Выбрать главу

Таким образом, победа в Гражданской войне поставила большевиков перед выбором: либо уйти, либо сформулировать такую идеологию, которая могла бы расширить и укрепить их социальную базу, скажем, привлечь интеллигенцию, как тогда говорили – “спецов”. Отдать власть большевики не могли и не хотели, да и партий, способных “перехватить” власть, не осталось. Оставался поиск новой идеологии. Парадоксально, но очертания такой идеологии намечались почти одновременно как в стане побежденных (белых), так и в стане победителей (красных). Собственно, сама действительность “подсказывала” ее.

Идеолог Белого движения из стана Деникина и Врангеля В. Шульгин уже в начале 1920 г. не без некоторого удивления замечал, что “знамя единой России фактически поднято большевиками”. А это значит, что “белые идеи пересекли фронт” и укрепляются в новой, красной России. “Под оболочкой Советской власти, – утверждал Шульгин, – совершается процесс, не имеющий ничего общего с большевизмом”. Конечно, это был определенный перебор, продиктованный, возможно, и горечью поражения, но тенденция все же была подмечена верно. Идеология революционного интернационализма начала впитывать в себя элементы российского национализма.

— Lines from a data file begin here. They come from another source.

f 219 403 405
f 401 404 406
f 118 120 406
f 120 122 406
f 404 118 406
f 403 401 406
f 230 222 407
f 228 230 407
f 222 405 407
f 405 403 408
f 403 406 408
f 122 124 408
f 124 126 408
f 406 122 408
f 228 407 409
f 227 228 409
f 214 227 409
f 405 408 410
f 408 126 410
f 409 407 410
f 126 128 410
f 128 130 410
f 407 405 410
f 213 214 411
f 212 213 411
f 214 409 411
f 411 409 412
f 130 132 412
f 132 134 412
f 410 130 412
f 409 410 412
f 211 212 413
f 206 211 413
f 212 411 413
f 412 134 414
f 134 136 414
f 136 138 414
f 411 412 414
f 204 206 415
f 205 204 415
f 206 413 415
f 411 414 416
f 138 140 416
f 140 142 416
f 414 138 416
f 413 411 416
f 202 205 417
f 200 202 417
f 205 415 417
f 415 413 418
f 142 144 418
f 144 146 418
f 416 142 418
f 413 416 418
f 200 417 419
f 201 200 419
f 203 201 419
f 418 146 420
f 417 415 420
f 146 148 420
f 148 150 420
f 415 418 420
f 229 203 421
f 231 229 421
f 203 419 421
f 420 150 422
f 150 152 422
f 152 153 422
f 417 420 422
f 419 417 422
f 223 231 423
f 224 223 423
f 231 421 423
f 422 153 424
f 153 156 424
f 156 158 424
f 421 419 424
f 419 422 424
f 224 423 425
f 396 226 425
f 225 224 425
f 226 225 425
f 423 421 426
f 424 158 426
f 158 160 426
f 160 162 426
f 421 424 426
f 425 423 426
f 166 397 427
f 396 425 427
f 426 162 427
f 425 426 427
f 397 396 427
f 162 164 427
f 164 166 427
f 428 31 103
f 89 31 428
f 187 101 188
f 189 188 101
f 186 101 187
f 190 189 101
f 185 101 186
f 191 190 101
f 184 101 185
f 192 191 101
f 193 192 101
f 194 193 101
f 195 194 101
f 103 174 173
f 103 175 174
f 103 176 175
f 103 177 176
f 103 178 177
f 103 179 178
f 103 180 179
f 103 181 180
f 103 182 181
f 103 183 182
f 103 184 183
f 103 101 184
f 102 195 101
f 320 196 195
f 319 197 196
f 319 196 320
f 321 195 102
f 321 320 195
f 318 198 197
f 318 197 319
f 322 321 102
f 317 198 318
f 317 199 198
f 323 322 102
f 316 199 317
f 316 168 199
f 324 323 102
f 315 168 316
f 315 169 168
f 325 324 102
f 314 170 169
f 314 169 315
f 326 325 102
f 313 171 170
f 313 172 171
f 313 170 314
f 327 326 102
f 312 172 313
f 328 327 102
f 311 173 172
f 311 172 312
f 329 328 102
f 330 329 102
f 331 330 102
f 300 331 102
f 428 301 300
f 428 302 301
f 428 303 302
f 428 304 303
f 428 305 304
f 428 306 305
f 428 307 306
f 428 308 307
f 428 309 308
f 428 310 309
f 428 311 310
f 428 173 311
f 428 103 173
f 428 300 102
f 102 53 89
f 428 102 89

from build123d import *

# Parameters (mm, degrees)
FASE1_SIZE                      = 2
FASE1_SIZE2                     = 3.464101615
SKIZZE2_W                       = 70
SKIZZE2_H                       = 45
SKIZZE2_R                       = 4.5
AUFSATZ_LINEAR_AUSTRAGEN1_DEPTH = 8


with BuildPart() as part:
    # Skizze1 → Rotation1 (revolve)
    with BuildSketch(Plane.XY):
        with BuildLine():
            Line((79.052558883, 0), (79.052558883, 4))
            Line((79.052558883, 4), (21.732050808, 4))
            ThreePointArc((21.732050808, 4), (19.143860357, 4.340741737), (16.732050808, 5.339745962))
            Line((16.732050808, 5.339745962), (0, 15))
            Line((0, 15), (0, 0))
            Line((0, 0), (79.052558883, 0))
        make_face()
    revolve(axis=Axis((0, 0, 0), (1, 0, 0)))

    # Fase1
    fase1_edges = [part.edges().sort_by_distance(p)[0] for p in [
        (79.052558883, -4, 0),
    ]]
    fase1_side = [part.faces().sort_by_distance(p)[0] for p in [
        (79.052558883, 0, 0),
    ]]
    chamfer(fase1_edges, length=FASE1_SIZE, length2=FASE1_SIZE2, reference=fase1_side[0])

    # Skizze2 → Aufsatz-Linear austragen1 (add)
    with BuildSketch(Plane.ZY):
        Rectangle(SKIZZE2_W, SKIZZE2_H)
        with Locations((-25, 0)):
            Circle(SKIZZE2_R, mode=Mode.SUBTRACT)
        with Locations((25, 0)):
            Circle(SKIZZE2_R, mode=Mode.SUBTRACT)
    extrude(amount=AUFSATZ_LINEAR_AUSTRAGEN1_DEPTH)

Идеолог колчаковского Белого движения Н. Устрялов пошел еще дальше. Тенденции, подмеченной Шульгиным, он дал философское и социологическое обоснование, выводя постулат о необходимости политики сближения и сотрудничества с Советской властью. Идеологическая трансформация, которая совершается в Советской России и которая будет совершаться дальше, считал Устрялов, “диктуется” самой историей. Она, история, образно писал Устрялов, дохнула октябрьским морозом на “захмелевшую от свободы Россию” и превратила “огромный бунт в великую революцию”. Величие же ее в том, что “советская власть стала национальным фактором современной русской жизни” и ее интересы “будут фатально совпадать с государственными интересами России”.

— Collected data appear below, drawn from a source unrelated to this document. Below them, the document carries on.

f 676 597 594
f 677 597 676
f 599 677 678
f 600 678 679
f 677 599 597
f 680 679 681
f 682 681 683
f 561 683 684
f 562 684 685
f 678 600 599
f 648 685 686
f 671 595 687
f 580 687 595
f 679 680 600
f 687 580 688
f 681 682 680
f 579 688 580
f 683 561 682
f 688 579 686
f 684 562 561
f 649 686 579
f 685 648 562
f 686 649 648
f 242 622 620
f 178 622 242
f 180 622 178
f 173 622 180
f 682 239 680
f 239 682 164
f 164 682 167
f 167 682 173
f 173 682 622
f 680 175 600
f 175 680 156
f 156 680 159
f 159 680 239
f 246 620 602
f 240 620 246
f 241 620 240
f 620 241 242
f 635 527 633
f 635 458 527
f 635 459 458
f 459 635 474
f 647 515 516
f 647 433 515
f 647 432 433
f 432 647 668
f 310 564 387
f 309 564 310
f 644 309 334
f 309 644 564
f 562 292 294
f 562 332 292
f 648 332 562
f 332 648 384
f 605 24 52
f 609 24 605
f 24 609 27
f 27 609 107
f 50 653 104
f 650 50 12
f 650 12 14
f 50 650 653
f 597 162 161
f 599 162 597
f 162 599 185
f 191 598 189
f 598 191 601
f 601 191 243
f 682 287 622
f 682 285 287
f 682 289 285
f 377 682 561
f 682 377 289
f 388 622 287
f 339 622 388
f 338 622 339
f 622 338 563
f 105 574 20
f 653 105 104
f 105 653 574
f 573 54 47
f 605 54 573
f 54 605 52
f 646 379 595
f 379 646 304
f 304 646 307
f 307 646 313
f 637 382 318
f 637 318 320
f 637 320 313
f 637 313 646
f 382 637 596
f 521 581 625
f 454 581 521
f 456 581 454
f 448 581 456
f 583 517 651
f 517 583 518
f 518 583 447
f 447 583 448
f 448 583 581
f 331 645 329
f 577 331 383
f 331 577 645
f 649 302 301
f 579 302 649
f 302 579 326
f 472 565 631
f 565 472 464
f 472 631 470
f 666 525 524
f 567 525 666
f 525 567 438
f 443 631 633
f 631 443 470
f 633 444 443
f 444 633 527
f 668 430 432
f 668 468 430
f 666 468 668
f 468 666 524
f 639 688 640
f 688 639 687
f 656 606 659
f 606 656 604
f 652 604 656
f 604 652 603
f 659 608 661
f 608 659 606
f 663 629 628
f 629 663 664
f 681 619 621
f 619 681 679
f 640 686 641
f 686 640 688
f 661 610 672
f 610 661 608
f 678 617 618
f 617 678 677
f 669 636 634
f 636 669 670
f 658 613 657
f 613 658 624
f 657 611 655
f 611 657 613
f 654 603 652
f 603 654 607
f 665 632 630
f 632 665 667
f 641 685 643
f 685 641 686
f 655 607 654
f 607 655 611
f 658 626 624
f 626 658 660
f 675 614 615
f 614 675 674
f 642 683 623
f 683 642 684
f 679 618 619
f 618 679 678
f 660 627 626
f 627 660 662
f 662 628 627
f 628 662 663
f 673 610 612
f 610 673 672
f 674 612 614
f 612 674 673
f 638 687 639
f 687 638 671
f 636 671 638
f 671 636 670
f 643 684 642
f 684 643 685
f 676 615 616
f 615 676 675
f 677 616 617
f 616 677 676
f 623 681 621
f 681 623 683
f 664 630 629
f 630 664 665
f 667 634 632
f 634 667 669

Устряловский призыв к сотрудничеству с “перерождающейся” Советской властью с целью форсирования этого процесса, нашел отклик и в эмиграции, особенно в правой ее части. В начале 1921 г. в Праге вышел сборник “Смена вех”. Авторы – Ключников, П. Чахотин, Бобрищев-Пушкин, Устрялов и др. – уверяли, что интернационализм – это лишь большевистский камуфляж, а на самом деле большевизм – русское национальное движение, наследник “причудливо преломленного и осложненного духа славянофильства”. Бобрищев-Пушкин, в частности, задавался вопросом: для сторонников русской государственности суть состоит в том, является ли большевизм цементом, “склеивающим страну”, или “разъедающей ее кислотой”? Для Бобрищева-Пушкина сомнений нет: цемент! Кислота – это либерализм. Отсюда – лозунг сменовеховцев: идти к большевикам, к Советской власти, помогать строить великое российское государство, сокрушенное Февральским бунтом. “Идти в Каноссу!”

Большевистские верхи с большим вниманием и интересом отнеслись к сменовеховству. “Правда”, приветствуя выход сборника “Смена вех”, назвала свою передовую статью о сборнике “Знамение времени”.

Точки соприкосновения со сменовеховством были и у евразийцев. Основные положения евразийства были изложены в сборнике “Исход к Востоку”, вышедшем в Софии в 1921 г. Авторы сборника – П. Савицкий, П. Сувчинский, Н. Трубецкой и др. – утверждали, что Россия – не только Запад, Европа, но в еще большей степени – Восток, Азия. Поэтому у нее – свои национальные особенности, государственные интересы, диктуемые в значительной мере геополитикой. Этот постоянно действующий фактор со временем “выправит” и большевистскую революцию, вернув страну на “исконный” исторический путь.